MySQL databases have been restored as well as we can restore them. Once we re-import all the databases into our MySQL server, we'll bring MySQL back online. A small number of users have irrecoverable errors with their databases; we will be contacting each of the affected users individually to work with them on recovering their data.

More Services Being Restored

We're re-enabled access to mail that was delivered before our array failure on Thursday. Users should be able to read and manage their old mail. Unfortunately, you'll need to login to one of our shell servers to read your mail; we haven't brought POP or IMAP back up yet. At the same time, we're working on delivering mail that was queued during the downtime. Please have patience; we're working very hard on it.

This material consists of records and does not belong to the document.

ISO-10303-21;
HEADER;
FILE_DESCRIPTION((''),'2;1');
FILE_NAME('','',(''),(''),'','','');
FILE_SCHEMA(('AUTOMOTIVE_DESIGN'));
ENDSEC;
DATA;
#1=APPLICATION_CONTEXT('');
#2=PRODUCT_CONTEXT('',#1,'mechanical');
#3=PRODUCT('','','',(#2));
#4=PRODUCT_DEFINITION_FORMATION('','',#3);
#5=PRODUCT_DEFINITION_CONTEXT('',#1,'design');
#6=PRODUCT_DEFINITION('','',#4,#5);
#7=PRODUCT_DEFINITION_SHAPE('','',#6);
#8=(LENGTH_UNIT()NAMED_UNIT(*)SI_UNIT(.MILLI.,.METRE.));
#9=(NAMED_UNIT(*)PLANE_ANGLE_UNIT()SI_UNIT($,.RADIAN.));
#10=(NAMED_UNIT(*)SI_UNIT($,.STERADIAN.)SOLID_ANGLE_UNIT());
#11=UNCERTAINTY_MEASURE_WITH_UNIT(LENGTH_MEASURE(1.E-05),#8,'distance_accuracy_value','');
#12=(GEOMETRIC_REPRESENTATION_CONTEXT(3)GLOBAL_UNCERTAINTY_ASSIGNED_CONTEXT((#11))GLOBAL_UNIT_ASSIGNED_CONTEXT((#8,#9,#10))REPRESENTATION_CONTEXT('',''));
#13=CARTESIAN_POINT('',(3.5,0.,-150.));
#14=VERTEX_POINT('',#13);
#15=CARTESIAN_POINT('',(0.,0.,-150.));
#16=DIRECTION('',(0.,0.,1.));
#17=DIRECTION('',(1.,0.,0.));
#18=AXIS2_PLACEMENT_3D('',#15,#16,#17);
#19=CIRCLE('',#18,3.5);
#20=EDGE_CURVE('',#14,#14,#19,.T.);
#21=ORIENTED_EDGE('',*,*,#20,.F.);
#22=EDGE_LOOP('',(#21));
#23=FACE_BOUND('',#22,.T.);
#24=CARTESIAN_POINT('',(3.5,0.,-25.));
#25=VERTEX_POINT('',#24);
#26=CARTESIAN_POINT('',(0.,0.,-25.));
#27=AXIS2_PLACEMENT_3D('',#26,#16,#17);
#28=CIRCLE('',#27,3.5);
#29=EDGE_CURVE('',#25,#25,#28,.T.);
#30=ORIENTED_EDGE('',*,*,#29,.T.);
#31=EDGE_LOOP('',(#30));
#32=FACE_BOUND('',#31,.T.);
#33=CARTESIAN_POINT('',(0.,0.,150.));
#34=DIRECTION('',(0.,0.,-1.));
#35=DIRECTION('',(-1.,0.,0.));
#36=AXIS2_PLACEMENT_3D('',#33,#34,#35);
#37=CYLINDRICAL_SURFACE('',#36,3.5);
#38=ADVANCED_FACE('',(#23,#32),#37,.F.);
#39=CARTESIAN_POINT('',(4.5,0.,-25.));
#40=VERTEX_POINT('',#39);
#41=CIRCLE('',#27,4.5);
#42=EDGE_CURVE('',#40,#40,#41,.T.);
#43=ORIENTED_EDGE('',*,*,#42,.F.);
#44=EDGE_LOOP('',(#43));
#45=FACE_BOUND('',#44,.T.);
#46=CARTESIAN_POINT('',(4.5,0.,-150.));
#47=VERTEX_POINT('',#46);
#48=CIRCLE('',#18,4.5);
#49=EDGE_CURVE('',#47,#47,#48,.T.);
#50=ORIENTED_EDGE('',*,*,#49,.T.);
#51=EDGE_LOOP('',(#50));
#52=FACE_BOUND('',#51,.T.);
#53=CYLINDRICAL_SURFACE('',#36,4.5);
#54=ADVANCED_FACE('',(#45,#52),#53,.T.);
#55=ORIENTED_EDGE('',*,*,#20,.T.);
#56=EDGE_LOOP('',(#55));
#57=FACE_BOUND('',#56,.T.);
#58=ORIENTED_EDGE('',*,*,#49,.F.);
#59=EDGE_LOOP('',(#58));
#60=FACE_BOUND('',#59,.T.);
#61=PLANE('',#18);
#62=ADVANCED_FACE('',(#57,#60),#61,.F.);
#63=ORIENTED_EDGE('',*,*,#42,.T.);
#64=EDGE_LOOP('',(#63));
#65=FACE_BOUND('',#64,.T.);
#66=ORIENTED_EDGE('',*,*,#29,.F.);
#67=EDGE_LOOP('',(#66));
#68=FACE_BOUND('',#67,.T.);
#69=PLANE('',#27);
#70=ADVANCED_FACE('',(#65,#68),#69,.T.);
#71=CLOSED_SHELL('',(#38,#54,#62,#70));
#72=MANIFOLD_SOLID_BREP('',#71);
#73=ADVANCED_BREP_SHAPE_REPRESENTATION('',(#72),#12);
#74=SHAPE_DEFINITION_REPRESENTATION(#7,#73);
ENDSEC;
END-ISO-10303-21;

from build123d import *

# Parameters (mm, degrees)
SKETCH3_R           = 4.5
SKETCH3_R_2         = 3.5
BOSS_EXTRUDE1_DEPTH = 150
SKETCH4_R           = 4.5
CUT_EXTRUDE1_DEPTH  = 175


with BuildPart() as part:
    # Sketch3 → Boss-Extrude1 (new, symmetric)
    with BuildSketch(Plane.XY):
        Circle(SKETCH3_R)
        Circle(SKETCH3_R_2, mode=Mode.SUBTRACT)
    extrude(amount=BOSS_EXTRUDE1_DEPTH, both=True)

    # Sketch4 → Cut-Extrude1 (cut)
    with BuildSketch(Plane.XY.offset(150)):
        Circle(SKETCH4_R)
    extrude(amount=-CUT_EXTRUDE1_DEPTH, mode=Mode.SUBTRACT)


solid = part.part
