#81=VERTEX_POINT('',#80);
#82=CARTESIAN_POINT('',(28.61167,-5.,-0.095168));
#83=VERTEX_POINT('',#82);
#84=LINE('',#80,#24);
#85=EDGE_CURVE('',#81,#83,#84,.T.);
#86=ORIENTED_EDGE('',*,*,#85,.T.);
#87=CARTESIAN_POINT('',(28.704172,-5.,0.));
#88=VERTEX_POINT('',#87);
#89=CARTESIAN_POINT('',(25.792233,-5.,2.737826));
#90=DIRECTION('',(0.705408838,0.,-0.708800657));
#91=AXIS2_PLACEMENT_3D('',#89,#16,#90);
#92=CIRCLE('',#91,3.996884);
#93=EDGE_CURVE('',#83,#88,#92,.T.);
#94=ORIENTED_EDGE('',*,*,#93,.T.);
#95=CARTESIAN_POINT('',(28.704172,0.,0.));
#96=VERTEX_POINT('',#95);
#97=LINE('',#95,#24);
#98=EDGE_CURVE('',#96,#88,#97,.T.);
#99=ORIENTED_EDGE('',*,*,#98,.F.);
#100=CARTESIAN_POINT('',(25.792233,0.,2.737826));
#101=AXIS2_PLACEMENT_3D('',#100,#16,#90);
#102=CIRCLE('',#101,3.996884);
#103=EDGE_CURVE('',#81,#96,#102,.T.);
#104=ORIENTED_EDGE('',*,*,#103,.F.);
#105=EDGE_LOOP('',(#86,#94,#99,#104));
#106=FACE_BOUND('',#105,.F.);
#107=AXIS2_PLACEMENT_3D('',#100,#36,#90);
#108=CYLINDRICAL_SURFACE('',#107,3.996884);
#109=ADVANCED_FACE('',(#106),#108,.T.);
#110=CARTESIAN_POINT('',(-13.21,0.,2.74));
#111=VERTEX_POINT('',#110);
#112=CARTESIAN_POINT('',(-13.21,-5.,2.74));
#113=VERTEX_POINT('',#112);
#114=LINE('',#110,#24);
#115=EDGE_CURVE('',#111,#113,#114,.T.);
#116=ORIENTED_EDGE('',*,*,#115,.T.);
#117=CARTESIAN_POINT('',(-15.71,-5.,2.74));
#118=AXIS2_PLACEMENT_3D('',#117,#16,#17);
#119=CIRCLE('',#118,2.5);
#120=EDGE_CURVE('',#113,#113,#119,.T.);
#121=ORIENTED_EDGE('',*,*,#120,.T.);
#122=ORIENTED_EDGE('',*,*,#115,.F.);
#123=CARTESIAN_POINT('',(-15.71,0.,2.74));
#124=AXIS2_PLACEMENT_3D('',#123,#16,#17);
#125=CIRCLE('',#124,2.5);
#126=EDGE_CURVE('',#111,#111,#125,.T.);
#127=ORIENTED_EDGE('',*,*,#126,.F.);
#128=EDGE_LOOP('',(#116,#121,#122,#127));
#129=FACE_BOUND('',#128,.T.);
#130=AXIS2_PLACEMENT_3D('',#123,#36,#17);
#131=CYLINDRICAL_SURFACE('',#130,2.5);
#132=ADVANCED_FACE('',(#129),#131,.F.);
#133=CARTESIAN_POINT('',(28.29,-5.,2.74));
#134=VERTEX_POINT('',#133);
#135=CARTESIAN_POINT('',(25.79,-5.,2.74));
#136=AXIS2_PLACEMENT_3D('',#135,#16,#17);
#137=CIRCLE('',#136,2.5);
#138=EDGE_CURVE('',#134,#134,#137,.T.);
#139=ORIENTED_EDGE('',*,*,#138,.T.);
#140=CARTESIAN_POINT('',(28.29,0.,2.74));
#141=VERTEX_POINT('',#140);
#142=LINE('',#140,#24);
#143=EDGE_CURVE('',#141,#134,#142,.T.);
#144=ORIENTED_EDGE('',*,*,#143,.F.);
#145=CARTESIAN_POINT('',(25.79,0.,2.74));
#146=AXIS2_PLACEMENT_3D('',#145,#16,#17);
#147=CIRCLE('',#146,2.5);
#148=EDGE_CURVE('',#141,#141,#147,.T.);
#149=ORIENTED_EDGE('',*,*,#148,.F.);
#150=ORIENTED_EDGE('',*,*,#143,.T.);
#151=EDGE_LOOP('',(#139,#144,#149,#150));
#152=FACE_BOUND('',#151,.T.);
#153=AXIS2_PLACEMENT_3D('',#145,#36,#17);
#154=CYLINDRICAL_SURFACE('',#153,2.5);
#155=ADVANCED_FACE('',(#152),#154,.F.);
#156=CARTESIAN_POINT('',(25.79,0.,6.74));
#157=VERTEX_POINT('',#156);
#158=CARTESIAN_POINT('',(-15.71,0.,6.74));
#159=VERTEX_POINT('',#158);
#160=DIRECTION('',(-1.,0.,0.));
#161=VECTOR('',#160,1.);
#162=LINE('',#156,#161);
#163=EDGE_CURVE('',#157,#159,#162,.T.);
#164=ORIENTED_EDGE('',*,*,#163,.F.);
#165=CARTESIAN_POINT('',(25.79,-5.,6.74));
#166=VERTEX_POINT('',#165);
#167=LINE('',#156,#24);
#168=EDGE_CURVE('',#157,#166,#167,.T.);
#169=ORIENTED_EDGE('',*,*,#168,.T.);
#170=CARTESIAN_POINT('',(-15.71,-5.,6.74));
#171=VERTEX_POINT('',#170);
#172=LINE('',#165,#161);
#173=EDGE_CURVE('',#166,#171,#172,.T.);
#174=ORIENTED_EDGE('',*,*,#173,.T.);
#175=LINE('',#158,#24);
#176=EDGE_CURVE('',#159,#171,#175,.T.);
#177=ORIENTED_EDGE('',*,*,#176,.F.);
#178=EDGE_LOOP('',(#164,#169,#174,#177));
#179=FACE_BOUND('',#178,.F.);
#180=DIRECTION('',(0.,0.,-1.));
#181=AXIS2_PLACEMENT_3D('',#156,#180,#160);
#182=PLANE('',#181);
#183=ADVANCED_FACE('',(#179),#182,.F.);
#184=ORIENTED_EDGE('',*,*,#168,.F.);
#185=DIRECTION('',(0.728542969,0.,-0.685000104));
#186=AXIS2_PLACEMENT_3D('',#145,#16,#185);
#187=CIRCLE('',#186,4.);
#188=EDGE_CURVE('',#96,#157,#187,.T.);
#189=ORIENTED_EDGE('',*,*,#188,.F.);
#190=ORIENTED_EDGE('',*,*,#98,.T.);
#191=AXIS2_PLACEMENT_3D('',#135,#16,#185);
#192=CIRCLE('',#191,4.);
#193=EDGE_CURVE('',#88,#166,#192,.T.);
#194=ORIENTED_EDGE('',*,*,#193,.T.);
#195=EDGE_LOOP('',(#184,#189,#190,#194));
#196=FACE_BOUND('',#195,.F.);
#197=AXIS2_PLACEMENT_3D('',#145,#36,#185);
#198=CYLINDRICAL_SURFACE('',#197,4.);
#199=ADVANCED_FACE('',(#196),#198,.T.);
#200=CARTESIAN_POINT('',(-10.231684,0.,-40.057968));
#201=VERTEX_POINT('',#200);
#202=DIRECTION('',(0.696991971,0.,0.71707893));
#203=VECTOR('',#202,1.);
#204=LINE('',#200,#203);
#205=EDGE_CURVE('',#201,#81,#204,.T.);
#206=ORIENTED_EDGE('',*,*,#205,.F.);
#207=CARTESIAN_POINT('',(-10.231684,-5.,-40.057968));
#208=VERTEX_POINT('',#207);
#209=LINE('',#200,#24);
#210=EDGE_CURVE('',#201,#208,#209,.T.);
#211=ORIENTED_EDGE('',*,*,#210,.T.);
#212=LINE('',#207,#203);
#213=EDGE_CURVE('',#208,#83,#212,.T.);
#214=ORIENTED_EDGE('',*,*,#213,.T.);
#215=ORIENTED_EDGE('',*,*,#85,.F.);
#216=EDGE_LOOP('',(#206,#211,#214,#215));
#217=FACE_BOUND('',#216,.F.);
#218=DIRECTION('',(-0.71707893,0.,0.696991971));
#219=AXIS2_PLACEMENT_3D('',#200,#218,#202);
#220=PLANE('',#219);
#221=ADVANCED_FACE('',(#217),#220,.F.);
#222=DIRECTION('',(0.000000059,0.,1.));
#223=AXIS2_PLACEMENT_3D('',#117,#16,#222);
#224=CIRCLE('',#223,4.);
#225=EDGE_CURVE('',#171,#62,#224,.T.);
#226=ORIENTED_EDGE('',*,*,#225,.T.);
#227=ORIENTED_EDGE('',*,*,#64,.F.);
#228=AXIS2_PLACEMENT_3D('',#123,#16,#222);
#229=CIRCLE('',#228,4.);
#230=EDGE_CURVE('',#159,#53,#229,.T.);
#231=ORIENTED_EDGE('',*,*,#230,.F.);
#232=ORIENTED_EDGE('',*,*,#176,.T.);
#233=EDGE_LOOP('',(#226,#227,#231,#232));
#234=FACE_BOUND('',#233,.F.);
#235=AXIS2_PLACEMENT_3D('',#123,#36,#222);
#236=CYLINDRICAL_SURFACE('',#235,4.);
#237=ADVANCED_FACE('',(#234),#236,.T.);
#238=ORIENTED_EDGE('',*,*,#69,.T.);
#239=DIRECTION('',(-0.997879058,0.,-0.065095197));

Also, we're aware of the issues with databases and are trying to debug the problem.

I'm currently attempting to probe our disk image of the array to see if I can find any files that were lost during the restoration process. Since the image is about ~1 TB, it's not going as quickly as I'd like, but it's still running.

OCF Sorta Back Up

We've just finished restoring most OCF services. Home directories and web pages should work, and logins to all our general servers should also work. There might be some glitches here and there as we put the finishing touches on our restoration, though, so please bear with us.

Mail is still offline, but we're still queuing mail. The main reason mail remains offline is that we need to run all the mail we've queued up through our mail delivery system again, and we can only really do that once we're sure everything works.

Status Update

Files are still being copied to the array, but at the current rate, we should definitely have all files back on our disk array by Tuesday morning. If all goes well, the OCF should be back up and running by Tuesday night or Wednesday morning. I hope.

Since we're already down, we've decided to migrate our mail service over to a much faster server. Hopefully that'll allow some good to come out of this entire mess...

Status Update

All user data has been restored to the disk array. I'm currently running a fsck on the array just to make sure that the array hasn't already corrupted it. We'll be keeping very regular backups of user data until we can figure out what's wrong with our disk array or until we can get it serviced, so there shouldn't be any future extended downtime like this again (at least as a result of the disk array).

We're on track for the OCF coming back online sometime tonight or tomorrow morning. As an added safety precaution, I'm currently setting up a two-way RAID-1 mirror with hot-spare on our primary NFS server (basically the computer that serves all user files) to make everything triply redundant.

Thanks for all your support through this process!

Status Update

I'm about to head back to the OCF and swap our SCSI connectors to our disk array so we can continue with our fsck recovery efforts. In the mean time, the other staffers are working on bringing our mail server back online so we can queue incoming mail.